The chronicle of amazing discoveries yielded by melting glaciers goes on and on. Their most important lesson is that our current climate is but a snapshot in time, on a vibrant planet where climate change and extreme weather have been “real” since time began. Only a science-denying climate alarmist would refuse to recognize this. Simply put, there is nothing “unprecedented” about what we are seeing today.
This is dangerous stuff – sacrilegious, even. It pulls the rug from under demands for a post-Coronavirus Green New Deal. It must be suppressed. And frightened climate science deniers are doing their best to keep it out of “mainstream” and social media.
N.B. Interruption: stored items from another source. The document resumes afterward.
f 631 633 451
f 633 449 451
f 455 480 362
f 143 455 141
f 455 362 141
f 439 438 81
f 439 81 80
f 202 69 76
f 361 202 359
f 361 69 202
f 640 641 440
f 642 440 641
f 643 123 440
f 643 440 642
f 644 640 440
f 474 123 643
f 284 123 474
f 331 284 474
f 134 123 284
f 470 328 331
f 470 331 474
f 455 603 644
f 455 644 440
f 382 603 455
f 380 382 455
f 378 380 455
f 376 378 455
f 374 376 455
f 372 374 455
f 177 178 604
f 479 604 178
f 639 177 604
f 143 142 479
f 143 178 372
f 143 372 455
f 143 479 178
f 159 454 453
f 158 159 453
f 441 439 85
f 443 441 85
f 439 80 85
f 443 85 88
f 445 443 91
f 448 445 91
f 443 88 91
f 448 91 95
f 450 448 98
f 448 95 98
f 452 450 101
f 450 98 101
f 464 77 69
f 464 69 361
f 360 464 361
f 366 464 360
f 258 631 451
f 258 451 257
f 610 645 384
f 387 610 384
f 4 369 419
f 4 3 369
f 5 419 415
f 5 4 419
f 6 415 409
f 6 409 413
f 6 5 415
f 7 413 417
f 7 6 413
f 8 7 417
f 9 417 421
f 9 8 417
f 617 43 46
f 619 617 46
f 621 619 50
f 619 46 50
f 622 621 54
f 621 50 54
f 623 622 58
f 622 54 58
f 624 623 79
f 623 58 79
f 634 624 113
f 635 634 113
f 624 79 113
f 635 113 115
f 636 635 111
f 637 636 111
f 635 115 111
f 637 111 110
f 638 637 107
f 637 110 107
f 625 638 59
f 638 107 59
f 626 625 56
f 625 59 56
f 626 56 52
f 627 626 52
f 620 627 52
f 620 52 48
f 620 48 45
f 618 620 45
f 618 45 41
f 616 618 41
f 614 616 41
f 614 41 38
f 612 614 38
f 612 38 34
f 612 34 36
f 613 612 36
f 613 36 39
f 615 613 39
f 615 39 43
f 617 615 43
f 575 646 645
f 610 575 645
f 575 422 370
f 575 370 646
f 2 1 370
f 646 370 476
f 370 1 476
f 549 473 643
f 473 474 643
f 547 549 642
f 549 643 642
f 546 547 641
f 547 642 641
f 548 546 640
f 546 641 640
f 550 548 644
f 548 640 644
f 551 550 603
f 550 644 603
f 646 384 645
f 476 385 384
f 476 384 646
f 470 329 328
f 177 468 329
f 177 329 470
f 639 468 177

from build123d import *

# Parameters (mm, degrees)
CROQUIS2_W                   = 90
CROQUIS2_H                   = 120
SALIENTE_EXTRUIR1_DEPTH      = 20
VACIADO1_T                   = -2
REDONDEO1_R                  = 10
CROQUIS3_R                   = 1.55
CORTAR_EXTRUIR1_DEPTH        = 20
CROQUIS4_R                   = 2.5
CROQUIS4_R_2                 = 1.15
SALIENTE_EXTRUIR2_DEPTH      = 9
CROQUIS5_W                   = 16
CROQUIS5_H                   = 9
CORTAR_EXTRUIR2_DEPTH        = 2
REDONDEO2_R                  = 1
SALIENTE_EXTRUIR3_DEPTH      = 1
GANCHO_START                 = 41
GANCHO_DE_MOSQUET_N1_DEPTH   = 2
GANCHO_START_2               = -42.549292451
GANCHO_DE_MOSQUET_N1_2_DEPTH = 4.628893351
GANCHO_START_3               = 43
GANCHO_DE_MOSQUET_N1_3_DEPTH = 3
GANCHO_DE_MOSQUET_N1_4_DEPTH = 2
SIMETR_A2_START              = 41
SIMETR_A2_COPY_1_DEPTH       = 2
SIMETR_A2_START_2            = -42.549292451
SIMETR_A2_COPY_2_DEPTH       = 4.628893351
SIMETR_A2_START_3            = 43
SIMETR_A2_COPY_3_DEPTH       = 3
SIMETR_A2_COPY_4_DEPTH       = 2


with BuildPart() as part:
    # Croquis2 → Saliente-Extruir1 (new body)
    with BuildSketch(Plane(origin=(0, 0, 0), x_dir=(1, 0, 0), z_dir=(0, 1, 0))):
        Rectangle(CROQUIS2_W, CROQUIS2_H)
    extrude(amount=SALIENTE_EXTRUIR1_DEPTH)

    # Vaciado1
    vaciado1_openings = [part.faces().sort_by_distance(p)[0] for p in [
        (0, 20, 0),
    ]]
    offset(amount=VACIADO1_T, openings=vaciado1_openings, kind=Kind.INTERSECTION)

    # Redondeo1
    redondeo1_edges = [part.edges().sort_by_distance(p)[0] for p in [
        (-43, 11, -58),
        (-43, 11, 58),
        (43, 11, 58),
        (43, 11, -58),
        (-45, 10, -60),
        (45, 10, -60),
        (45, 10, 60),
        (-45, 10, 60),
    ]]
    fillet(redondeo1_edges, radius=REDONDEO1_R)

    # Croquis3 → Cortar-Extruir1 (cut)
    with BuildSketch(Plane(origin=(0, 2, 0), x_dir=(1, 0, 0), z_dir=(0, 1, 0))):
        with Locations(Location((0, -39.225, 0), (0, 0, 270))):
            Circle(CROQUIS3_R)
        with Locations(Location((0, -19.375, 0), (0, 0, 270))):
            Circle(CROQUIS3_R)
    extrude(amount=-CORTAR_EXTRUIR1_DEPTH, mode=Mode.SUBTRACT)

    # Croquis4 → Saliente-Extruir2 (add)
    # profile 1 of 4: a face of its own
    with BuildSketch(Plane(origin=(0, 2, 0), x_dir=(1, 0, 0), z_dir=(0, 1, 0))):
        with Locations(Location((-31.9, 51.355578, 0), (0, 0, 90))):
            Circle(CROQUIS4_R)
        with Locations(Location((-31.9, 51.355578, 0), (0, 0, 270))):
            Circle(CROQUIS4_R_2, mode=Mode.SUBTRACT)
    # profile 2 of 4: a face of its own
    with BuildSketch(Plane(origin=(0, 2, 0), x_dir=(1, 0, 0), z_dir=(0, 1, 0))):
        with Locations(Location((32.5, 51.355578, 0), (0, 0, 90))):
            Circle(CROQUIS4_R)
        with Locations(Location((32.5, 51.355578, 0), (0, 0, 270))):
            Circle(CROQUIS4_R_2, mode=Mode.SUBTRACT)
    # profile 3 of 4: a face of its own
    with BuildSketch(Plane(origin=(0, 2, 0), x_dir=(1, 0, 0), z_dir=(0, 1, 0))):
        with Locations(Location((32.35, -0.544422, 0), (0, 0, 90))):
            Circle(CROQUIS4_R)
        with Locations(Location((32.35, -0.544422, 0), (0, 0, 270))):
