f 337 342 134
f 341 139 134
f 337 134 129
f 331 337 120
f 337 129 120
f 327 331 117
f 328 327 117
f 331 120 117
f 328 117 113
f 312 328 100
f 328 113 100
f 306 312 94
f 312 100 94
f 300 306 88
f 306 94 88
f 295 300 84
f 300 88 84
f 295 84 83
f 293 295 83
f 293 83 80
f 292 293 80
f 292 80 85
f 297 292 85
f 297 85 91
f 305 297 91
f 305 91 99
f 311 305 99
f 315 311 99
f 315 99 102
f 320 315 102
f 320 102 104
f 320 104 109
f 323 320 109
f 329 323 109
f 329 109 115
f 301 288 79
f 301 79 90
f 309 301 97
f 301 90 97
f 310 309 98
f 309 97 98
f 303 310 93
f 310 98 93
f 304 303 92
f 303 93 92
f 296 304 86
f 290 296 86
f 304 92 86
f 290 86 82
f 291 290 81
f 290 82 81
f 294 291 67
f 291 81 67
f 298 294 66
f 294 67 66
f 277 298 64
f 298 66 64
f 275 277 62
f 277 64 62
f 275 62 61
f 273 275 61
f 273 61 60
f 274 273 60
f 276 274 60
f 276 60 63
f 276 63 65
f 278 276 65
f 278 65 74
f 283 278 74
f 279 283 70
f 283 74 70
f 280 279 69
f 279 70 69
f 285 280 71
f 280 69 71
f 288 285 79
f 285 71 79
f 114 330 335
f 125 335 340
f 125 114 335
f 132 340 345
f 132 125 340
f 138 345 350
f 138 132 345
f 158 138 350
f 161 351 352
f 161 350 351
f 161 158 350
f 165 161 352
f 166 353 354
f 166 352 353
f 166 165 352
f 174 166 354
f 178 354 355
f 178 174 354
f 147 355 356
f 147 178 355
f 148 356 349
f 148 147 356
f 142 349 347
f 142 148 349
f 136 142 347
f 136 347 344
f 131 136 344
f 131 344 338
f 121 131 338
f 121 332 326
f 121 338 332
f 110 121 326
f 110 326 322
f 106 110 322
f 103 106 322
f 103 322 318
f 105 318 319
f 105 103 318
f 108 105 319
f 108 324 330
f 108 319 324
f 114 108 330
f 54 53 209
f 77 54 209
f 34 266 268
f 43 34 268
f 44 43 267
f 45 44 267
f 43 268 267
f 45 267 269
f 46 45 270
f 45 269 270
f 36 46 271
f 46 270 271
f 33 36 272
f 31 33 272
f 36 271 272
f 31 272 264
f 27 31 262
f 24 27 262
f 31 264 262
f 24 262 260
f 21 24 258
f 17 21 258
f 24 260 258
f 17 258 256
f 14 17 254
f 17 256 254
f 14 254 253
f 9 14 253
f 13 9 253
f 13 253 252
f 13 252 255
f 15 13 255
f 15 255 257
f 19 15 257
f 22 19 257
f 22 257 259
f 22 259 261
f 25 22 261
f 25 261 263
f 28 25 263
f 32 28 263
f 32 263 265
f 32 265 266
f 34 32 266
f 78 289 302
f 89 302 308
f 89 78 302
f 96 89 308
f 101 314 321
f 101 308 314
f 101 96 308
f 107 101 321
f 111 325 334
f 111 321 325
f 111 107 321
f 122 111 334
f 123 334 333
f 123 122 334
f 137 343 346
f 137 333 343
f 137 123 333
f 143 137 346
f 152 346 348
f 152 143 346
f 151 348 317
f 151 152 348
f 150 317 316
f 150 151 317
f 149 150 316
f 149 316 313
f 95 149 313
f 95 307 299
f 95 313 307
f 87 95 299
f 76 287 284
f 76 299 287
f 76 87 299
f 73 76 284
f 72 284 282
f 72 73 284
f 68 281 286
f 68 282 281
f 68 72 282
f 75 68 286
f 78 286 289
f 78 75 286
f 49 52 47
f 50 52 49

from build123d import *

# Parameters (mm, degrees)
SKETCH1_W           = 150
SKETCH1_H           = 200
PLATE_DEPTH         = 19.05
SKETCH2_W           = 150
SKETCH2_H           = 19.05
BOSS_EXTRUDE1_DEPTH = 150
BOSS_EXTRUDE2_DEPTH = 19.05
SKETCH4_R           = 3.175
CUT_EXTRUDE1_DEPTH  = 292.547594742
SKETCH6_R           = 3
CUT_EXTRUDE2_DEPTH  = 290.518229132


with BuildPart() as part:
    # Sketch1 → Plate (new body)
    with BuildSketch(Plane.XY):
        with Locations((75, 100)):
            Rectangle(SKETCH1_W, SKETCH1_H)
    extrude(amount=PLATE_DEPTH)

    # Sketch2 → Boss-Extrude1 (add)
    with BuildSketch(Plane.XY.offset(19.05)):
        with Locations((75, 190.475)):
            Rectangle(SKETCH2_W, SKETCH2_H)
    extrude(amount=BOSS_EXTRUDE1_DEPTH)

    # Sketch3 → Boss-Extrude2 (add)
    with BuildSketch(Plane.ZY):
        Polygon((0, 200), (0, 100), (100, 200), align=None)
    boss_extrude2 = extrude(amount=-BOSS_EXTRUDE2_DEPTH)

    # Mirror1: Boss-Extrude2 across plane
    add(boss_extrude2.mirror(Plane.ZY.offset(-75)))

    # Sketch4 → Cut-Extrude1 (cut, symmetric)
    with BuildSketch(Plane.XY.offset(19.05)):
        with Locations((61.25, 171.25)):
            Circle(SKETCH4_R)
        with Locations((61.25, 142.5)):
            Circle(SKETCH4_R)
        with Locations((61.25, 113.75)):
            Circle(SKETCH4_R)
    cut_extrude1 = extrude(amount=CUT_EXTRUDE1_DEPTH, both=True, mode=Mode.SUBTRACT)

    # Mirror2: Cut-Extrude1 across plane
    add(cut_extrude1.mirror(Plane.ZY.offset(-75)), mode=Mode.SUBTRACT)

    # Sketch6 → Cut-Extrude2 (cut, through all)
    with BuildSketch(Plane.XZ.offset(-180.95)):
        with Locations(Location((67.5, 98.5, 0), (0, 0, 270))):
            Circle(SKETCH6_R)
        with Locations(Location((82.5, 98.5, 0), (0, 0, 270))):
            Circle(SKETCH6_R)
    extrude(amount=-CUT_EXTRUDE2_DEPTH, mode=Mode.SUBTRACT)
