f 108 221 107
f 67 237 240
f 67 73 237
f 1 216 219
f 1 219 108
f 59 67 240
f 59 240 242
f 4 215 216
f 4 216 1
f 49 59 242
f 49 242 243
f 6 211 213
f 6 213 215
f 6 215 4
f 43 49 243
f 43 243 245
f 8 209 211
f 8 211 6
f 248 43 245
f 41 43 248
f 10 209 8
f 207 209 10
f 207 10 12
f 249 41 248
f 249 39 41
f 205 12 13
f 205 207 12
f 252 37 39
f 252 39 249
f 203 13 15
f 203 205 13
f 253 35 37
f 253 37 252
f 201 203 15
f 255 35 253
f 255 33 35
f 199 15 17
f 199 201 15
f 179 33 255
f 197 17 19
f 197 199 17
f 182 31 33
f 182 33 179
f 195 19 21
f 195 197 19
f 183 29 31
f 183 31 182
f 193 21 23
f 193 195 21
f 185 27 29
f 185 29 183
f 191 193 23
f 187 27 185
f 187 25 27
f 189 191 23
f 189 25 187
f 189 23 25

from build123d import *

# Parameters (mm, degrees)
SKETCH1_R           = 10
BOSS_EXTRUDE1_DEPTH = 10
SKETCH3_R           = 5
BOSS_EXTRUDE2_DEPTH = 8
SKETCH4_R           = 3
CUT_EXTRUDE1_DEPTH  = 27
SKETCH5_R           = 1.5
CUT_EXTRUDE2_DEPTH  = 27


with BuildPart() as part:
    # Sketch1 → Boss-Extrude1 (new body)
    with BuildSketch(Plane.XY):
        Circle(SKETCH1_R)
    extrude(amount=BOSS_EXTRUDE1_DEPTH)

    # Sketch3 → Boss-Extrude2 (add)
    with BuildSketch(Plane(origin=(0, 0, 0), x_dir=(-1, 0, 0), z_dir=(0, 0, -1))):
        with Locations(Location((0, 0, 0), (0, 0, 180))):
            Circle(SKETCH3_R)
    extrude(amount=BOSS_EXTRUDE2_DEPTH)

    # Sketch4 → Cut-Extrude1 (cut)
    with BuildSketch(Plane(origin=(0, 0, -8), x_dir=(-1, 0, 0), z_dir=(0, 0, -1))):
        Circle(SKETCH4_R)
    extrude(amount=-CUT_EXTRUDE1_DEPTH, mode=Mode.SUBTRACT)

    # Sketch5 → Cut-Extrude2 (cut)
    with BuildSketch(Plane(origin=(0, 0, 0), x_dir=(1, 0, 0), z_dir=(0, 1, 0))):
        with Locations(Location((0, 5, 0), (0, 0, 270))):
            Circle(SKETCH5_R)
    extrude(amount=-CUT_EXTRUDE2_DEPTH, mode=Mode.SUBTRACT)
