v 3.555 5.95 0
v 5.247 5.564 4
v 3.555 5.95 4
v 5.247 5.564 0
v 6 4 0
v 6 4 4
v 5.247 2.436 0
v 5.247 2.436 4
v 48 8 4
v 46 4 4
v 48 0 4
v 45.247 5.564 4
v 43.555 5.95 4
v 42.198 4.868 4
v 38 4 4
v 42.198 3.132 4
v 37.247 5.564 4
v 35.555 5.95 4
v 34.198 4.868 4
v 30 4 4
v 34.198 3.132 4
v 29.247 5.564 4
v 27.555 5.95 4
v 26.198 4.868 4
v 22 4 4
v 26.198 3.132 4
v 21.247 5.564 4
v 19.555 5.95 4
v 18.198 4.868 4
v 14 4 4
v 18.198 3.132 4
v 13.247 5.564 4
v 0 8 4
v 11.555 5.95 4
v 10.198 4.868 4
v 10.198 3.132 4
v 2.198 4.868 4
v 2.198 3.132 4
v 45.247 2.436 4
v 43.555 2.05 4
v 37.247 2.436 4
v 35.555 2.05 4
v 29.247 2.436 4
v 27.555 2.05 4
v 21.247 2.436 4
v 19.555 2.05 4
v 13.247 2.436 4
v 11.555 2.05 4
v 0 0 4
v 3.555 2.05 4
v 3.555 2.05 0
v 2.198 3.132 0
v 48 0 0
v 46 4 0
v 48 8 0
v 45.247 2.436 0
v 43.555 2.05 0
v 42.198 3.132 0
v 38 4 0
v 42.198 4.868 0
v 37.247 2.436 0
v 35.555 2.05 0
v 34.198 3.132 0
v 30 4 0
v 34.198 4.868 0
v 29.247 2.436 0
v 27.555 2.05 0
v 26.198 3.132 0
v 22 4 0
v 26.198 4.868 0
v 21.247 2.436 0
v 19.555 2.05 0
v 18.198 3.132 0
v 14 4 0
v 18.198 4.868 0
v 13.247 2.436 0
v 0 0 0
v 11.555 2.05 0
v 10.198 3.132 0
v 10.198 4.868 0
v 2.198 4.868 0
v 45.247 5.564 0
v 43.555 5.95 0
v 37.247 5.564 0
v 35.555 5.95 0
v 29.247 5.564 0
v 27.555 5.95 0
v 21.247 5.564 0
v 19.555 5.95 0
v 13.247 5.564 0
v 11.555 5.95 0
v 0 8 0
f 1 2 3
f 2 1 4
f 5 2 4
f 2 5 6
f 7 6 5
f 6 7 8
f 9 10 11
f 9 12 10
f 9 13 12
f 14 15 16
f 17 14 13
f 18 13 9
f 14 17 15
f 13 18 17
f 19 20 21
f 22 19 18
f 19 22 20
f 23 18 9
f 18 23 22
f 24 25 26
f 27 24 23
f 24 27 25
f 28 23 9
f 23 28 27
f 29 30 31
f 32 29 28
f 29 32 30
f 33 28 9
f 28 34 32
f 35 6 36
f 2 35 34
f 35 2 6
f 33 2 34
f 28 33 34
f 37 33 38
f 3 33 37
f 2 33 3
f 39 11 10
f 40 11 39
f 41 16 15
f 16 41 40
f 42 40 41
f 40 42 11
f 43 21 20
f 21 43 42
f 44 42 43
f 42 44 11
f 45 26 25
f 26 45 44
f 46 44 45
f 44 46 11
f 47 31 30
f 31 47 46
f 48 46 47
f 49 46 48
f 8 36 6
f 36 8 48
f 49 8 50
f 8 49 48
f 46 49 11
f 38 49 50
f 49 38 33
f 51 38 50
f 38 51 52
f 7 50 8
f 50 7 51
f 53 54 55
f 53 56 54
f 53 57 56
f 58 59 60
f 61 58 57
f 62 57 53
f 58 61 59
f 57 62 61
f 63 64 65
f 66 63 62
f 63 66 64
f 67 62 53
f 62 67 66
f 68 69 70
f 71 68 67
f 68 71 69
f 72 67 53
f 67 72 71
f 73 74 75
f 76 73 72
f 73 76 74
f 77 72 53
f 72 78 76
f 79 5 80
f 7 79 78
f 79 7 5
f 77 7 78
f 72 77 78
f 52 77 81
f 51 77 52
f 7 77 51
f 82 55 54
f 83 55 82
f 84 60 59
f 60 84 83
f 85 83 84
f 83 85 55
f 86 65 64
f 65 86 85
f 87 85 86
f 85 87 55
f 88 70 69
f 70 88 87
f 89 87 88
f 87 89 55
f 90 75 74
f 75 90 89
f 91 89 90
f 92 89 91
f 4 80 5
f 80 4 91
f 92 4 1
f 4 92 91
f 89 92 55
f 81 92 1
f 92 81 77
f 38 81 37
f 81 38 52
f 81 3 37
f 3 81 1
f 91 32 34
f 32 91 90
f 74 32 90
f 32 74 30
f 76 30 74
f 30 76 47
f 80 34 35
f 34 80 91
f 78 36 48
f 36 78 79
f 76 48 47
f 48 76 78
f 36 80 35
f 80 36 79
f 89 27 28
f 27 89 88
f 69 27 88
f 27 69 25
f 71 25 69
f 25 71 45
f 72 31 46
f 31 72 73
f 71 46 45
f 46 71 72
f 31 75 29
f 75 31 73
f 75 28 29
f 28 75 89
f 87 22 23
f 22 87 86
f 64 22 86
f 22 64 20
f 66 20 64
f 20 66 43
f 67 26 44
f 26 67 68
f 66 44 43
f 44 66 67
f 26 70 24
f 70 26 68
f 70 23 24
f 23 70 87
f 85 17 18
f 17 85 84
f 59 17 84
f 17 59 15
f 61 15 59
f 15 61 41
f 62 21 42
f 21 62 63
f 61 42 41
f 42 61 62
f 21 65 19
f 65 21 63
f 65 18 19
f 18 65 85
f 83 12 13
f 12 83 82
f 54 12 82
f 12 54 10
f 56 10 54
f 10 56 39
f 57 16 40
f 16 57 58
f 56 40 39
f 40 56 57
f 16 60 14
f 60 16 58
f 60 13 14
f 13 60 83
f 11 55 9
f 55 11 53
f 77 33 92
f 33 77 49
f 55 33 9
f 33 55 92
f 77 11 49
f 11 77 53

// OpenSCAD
rangees_longueur = 6;
rangees_largeur =1;
difference(){
cube([rangees_longueur*8, rangees_largeur*8,4]);

union(){
for(i = [0:rangees_longueur]){
    for(j=[0: rangees_largeur]){
        translate([4+i*8, 4+j*8, 0]){
            cylinder(h=4, r= 2);
            }
        }
    }
}
}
Realists must do their best to disseminate climate facts.
Of course, it may be that these past climate changes were caused by carbon dioxide and water vapor from wheezing, snorting horses, oxen and humans – laboring at the edge of exhaustion, doing what our fossil-fuel-powered vehicles and equipment do for us today. But it’s far more likely that the changes were due to a complex and still poorly understood combination of solar and other powerful natural forces.
Climate alarmists may not want to recognize or discuss these natural fluctuations and causes. But the rest of us should, and this historic evidence must be a central part of that discussion.
Improving our knowledge of what these forces are and how they work together will enable us to better predict, prepare for and adapt to future climate changes. Continuing to focus on carbon dioxide and other “greenhouse gases,” as the primary or sole cause of climate changes and weather events, will ensure that we never get beyond the politically driven climate and energy battles in which we are now engaged.